イソフラボンには、骨量を増やす働きもあります。黒豆にはカルシウムも含まれ、相乗効果があります。

その10:脳機能維持改善

黒豆のレシチンは、細胞膜の形成に不可欠な物質で、特に脳細胞、神経細胞に作用し、記憶力、学習能力を高め、老人性認知症の改善効果もあります。

これが不足すると、イライラや、不眠症の原因になります。

④ おすすめレシピ

●黒豆煮

【材料】

・黒豆(150g)

・砂糖(90g)

・醬油(大1)

・はちみつ(大1)

・重曹(小1/4)

・水(5カップ)

・古釘

①黒豆を良く洗いざるに上げておきます。

②水に調味料全てを入れて煮立てさまして、古釘を良く洗って、ガーゼの袋に入れたものを入れ、黒豆も入れます。

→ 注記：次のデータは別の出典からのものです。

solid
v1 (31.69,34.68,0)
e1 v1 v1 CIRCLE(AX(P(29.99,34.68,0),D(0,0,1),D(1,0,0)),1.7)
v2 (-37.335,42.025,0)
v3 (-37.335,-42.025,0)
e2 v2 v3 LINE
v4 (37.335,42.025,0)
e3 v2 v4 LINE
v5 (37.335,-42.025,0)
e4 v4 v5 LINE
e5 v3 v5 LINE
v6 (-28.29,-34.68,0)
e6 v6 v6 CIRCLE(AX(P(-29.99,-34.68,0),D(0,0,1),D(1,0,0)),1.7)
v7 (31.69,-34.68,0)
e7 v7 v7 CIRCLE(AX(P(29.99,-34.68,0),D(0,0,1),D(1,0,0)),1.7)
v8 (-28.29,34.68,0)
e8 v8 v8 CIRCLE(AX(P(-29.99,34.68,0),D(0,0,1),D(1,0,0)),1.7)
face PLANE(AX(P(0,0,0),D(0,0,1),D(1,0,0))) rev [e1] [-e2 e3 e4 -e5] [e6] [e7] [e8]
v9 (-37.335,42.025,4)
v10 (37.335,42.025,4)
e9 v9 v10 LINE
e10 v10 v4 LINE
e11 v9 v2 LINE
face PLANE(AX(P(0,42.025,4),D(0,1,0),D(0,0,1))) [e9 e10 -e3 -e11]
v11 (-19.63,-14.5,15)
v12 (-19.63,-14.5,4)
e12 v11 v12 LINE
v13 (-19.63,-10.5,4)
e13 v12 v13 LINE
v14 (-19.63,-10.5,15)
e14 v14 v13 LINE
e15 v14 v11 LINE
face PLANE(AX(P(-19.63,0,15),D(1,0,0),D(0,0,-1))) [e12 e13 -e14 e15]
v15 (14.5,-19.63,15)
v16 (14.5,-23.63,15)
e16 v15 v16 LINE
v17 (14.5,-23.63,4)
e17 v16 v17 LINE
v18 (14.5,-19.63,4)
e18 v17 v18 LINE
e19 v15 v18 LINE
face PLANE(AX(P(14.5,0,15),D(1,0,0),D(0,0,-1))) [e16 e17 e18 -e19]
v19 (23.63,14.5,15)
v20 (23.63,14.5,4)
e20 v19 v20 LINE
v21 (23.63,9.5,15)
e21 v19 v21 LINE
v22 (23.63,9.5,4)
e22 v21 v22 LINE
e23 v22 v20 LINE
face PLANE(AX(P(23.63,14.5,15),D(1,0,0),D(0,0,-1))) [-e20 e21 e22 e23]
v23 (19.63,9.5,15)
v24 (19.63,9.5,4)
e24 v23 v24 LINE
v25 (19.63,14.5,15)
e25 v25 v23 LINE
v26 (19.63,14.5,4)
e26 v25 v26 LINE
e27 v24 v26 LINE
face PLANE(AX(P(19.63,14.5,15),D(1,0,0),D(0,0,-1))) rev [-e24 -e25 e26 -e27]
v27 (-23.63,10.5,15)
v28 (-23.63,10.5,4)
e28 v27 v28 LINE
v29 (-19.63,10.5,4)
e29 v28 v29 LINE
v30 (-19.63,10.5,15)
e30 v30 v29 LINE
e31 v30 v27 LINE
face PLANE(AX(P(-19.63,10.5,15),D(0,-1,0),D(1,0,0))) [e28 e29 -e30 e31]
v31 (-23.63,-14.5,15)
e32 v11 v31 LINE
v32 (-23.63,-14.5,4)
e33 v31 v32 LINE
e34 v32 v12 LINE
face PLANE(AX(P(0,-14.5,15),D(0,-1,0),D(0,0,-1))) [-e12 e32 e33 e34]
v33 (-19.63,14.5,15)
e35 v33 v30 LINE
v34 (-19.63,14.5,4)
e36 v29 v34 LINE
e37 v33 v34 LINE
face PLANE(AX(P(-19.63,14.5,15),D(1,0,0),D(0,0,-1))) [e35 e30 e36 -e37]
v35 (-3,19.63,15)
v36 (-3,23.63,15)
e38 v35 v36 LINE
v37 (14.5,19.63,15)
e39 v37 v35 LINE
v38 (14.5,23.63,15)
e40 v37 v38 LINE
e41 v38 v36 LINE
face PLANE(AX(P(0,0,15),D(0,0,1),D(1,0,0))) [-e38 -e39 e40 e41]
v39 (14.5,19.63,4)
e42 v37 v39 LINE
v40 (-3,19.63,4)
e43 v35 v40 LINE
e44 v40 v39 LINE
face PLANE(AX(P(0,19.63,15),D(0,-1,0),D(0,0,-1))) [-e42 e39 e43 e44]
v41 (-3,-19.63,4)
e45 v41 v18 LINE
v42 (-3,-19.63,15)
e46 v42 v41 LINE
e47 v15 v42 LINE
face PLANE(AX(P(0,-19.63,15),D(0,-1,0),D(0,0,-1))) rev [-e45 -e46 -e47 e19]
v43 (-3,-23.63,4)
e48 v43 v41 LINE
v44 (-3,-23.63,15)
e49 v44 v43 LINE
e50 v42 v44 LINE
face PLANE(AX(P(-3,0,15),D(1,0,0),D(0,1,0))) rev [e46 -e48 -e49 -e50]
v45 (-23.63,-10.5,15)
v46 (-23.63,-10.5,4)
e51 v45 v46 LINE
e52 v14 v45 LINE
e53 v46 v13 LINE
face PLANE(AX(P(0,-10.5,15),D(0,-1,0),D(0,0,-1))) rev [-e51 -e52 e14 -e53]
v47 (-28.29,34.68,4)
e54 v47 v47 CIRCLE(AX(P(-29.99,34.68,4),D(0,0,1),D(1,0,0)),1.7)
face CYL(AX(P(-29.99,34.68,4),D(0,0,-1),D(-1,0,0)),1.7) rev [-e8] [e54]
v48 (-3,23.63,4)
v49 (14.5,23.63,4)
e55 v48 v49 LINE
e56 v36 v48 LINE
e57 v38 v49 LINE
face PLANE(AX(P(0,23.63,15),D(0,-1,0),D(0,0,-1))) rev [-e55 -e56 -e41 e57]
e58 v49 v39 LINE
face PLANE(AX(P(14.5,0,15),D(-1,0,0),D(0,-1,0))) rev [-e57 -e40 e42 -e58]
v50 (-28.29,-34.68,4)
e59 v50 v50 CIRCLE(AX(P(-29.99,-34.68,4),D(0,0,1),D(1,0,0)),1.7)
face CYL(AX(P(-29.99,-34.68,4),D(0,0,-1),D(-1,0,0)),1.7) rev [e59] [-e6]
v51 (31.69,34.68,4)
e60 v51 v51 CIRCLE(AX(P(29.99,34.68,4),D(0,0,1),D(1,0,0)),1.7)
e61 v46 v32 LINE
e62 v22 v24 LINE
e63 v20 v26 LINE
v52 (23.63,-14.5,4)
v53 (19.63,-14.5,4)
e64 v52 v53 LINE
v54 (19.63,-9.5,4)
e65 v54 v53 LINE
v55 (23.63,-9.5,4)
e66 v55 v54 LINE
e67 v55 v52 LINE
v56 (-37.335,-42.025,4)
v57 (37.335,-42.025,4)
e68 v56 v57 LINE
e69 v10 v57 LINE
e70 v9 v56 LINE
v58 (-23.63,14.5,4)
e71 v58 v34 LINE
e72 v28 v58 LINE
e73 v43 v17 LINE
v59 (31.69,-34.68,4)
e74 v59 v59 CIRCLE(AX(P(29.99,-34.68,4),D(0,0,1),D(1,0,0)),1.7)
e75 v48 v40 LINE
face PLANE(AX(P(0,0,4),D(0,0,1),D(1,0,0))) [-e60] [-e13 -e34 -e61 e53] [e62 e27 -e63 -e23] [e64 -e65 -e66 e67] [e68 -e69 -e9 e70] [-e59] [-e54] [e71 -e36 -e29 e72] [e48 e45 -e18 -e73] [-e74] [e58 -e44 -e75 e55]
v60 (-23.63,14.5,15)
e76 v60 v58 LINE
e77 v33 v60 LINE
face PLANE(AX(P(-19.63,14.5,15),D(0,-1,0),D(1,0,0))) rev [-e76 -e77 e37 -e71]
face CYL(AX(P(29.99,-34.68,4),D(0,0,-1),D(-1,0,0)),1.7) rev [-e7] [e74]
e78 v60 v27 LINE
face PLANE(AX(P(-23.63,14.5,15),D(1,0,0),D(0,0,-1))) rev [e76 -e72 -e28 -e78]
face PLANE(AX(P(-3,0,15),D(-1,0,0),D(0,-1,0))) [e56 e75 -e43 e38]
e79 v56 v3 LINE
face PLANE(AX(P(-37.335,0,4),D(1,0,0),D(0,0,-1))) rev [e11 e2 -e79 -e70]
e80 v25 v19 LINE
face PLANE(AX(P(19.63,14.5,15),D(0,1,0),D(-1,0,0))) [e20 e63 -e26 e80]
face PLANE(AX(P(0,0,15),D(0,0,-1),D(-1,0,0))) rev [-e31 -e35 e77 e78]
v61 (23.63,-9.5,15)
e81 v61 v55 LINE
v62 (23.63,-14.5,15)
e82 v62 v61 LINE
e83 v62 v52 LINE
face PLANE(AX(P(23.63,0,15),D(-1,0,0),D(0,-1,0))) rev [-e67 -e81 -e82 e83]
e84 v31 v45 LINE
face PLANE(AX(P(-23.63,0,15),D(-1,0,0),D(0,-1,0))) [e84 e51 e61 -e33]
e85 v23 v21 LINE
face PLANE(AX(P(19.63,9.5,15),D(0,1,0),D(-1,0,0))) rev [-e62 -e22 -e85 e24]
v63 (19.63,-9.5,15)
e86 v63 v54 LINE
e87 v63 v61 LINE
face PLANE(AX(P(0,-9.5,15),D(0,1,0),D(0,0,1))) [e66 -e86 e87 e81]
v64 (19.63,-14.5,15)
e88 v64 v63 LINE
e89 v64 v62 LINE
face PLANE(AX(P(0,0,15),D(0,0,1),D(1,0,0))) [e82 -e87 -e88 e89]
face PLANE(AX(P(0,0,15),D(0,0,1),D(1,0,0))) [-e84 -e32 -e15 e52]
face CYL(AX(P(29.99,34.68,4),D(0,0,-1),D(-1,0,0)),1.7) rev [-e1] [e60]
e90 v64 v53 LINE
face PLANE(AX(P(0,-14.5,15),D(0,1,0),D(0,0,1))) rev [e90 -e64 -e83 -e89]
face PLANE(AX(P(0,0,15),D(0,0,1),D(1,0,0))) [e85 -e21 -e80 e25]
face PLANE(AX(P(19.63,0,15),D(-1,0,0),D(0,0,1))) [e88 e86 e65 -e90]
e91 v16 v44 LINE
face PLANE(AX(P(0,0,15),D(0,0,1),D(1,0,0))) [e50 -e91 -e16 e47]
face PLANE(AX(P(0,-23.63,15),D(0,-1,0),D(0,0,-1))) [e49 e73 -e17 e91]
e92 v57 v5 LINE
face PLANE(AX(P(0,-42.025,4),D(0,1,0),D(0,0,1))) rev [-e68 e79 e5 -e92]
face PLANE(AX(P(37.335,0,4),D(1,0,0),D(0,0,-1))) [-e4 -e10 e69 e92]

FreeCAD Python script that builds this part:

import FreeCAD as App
import Part
import Sketcher
Q = App.Units.Quantity


def add_polygon(sketch, points):
    """Adds a closed chain of lines whose ends are joined by coincident constraints."""
    first, n = sketch.GeometryCount, len(points)
    for a, b in zip(points, points[1:] + points[:1]):
        sketch.addGeometry(Part.LineSegment(App.Vector(*a, 0), App.Vector(*b, 0)), False)
    for i in range(n):
        sketch.addConstraint(Sketcher.Constraint("Coincident", first + i, 2, first + (i + 1) % n, 1))

doc = App.newDocument("Part")
body = doc.addObject("PartDesign::Body", "Body")

sketch1 = body.newObject("Sketcher::SketchObject", "Sketch")
sketch1.AttachmentSupport = (doc.getObject("XY_Plane"), [""])
sketch1.MapMode = "FlatFace"
add_polygon(sketch1, [(-37.3, 42), (-37.3, -42), (37.3, -42), (37.3, 42)])
sketch1.addGeometry(Part.Circle(App.Vector(-30, -34.7, 0), App.Vector(0, 0, 1), 1.7), False)
sketch1.addGeometry(Part.Circle(App.Vector(30, -34.7, 0), App.Vector(0, 0, 1), 1.7), False)
sketch1.addGeometry(Part.Circle(App.Vector(-30, 34.7, 0), App.Vector(0, 0, 1), 1.7), False)
sketch1.addGeometry(Part.Circle(App.Vector(30, 34.7, 0), App.Vector(0, 0, 1), 1.7), False)
sketch1.addConstraint([
    Sketcher.Constraint("Vertical", 0),
    Sketcher.Constraint("Horizontal", 1),
    Sketcher.Constraint("Vertical", 2),
    Sketcher.Constraint("Horizontal", 3),
    Sketcher.Constraint("Equal", 4, 5),
    Sketcher.Constraint("Equal", 5, 6),
    Sketcher.Constraint("Equal", 6, 7),
    Sketcher.Constraint("Symmetric", 5, 3, 6, 3, -1, 1),
    Sketcher.Constraint("Symmetric", 4, 3, 7, 3, -1, 1),
    Sketcher.Constraint("Symmetric", 0, 2, 2, 2, -1, 1),
    Sketcher.Constraint("Symmetric", 4, 3, 5, 3, -2),
    Sketcher.Constraint("Diameter", 4, Q("3.4 mm")),
    Sketcher.Constraint("DistanceX", 1, 1, 1, 2, Q("74.67 mm")),
    Sketcher.Constraint("DistanceY", 0, 2, 0, 1, Q("84.05 mm")),
    Sketcher.Constraint("DistanceX", 4, 3, -1, 1, Q("29.99 mm")),
    Sketcher.Constraint("DistanceY", 4, 3, -1, 1, Q("34.68 mm")),
])
pad1 = body.newObject("PartDesign::Pad", "Pad")
pad1.Profile = sketch1
pad1.Length = 4

sketch2 = body.newObject("Sketcher::SketchObject", "Sketch001")
sketch2.AttachmentSupport = (doc.getObject("XY_Plane"), [""])
sketch2.MapMode = "FlatFace"
add_polygon(sketch2, [(-3, -19.6), (-3, -23.6), (14.5, -23.6), (14.5, -19.6)])
add_polygon(sketch2, [(-23.6, -10.5), (-23.6, -14.5), (-19.6, -14.5), (-19.6, -10.5)])
add_polygon(sketch2, [(-3, 23.6), (-3, 19.6), (14.5, 19.6), (14.5, 23.6)])
add_polygon(sketch2, [(19.6, -9.5), (19.6, -14.5), (23.6, -14.5), (23.6, -9.5)])
add_polygon(sketch2, [(-23.6, 14.5), (-23.6, 10.5), (-19.6, 10.5), (-19.6, 14.5)])
add_polygon(sketch2, [(19.6, 14.5), (19.6, 9.5), (23.6, 9.5), (23.6, 14.5)])
sketch2.addConstraint([
    Sketcher.Constraint("Vertical", 0),
    Sketcher.Constraint("Horizontal", 1),
    Sketcher.Constraint("Vertical", 2),
    Sketcher.Constraint("Horizontal", 3),
    Sketcher.Constraint("Vertical", 4),
    Sketcher.Constraint("Horizontal", 5),
    Sketcher.Constraint("Vertical", 6),
    Sketcher.Constraint("Horizontal", 7),
    Sketcher.Constraint("Vertical", 8),
    Sketcher.Constraint("Horizontal", 9),
    Sketcher.Constraint("Vertical", 10),
    Sketcher.Constraint("Horizontal", 11),
    Sketcher.Constraint("Vertical", 12),
    Sketcher.Constraint("Horizontal", 13),
    Sketcher.Constraint("Vertical", 14),
    Sketcher.Constraint("Horizontal", 15),
    Sketcher.Constraint("Vertical", 16),
    Sketcher.Constraint("Horizontal", 17),
    Sketcher.Constraint("Vertical", 18),
    Sketcher.Constraint("Horizontal", 19),
    Sketcher.Constraint("Vertical", 20),
    Sketcher.Constraint("Horizontal", 21),
    Sketcher.Constraint("Vertical", 22),
    Sketcher.Constraint("Horizontal", 23),
    Sketcher.Constraint("Symmetric", 12, 2, 18, 2, -1, 1),
    Sketcher.Constraint("Symmetric", 4, 2, 22, 2, -1, 1),
    Sketcher.Constraint("Symmetric", 5, 2, 12, 2, -2),
    Sketcher.Constraint("Symmetric", 3, 2, 8, 2, -1),
    Sketcher.Constraint("Symmetric", 1, 2, 10, 2, -1),
    Sketcher.Constraint("Symmetric", 7, 2, 16, 2, -1),
    Sketcher.Constraint("Symmetric", 15, 2, 20, 2, -1),
    Sketcher.Constraint("Vertical", 14, 2, 21, 2),
    Sketcher.Constraint("Equal", 23, 0),
    Sketcher.Constraint("Equal", 2, 4),
    Sketcher.Constraint("DistanceX", 5, 1, 5, 2, Q("4 mm")),
    Sketcher.Constraint("DistanceY", 12, 2, 12, 1, Q("5 mm")),
    Sketcher.Constraint("DistanceX", 1, 1, 1, 2, Q("17.5 mm")),
    Sketcher.Constraint("DistanceX", 0, 2, -1, 1, Q("3 mm")),
    Sketcher.Constraint("DistanceY", 7, 2, 16, 2, Q("21 mm")),
    Sketcher.Constraint("DistanceY", 0, 2, -1, 1, Q("23.63 mm")),
    Sketcher.Constraint("DistanceX", 4, 2, -1, 1, Q("23.63 mm")),
])
pad2 = body.newObject("PartDesign::Pad", "Pad001")
pad2.Profile = sketch2
pad2.Length = 15

doc.recompute()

※古釘のかわりに、鉄の玉のようなもので、黒豆や、糠漬けの色を良くするようにというものも販売されています。

③一晩そのままに黒豆を置いておきます。

④柔らかく、つや良く煮ます。途中にアクが多く出たら、すくいとります。

※砂糖は、できるならば黒砂糖や、精製の少ないものの方が、栄養分が増します。黒豆煮はそのままでもおいしくいただけますが、パンにいれてやいたりしてもおいしくいただけます。

まとめ:「黒豆の栄養と10の効能」

いかがでしたか?「黒豆の栄養」をテーマにご紹介させていただきました。最後にもう一度10の効能について確認してみましょう。

その1:動脈硬化の予防

その2:生活習慣病の改善

その3:がんの予防

その4:視力の改善

その5:美肌効果

その6:貧血改善

その7:便秘の解消

その8:更年期障害の改善

その9:骨粗鬆症の予防

その10:脳機能維持改善

黒豆は大豆の一種でその効能は日本では古来より知られています。

黒い色は、アントシアニンでその効能は多く、動脈硬化予防、生活習慣病予防、視力の改善等があり、イソフラボン、サポニン、レシチンなども含まれ、美肌効果、更年期障害の改善、骨粗鬆症の予防、脳機能の維持改善効果があります。

日本古来から健康食品として引き継がれる黒豆を食べて毎日を元気に過ごしましょう。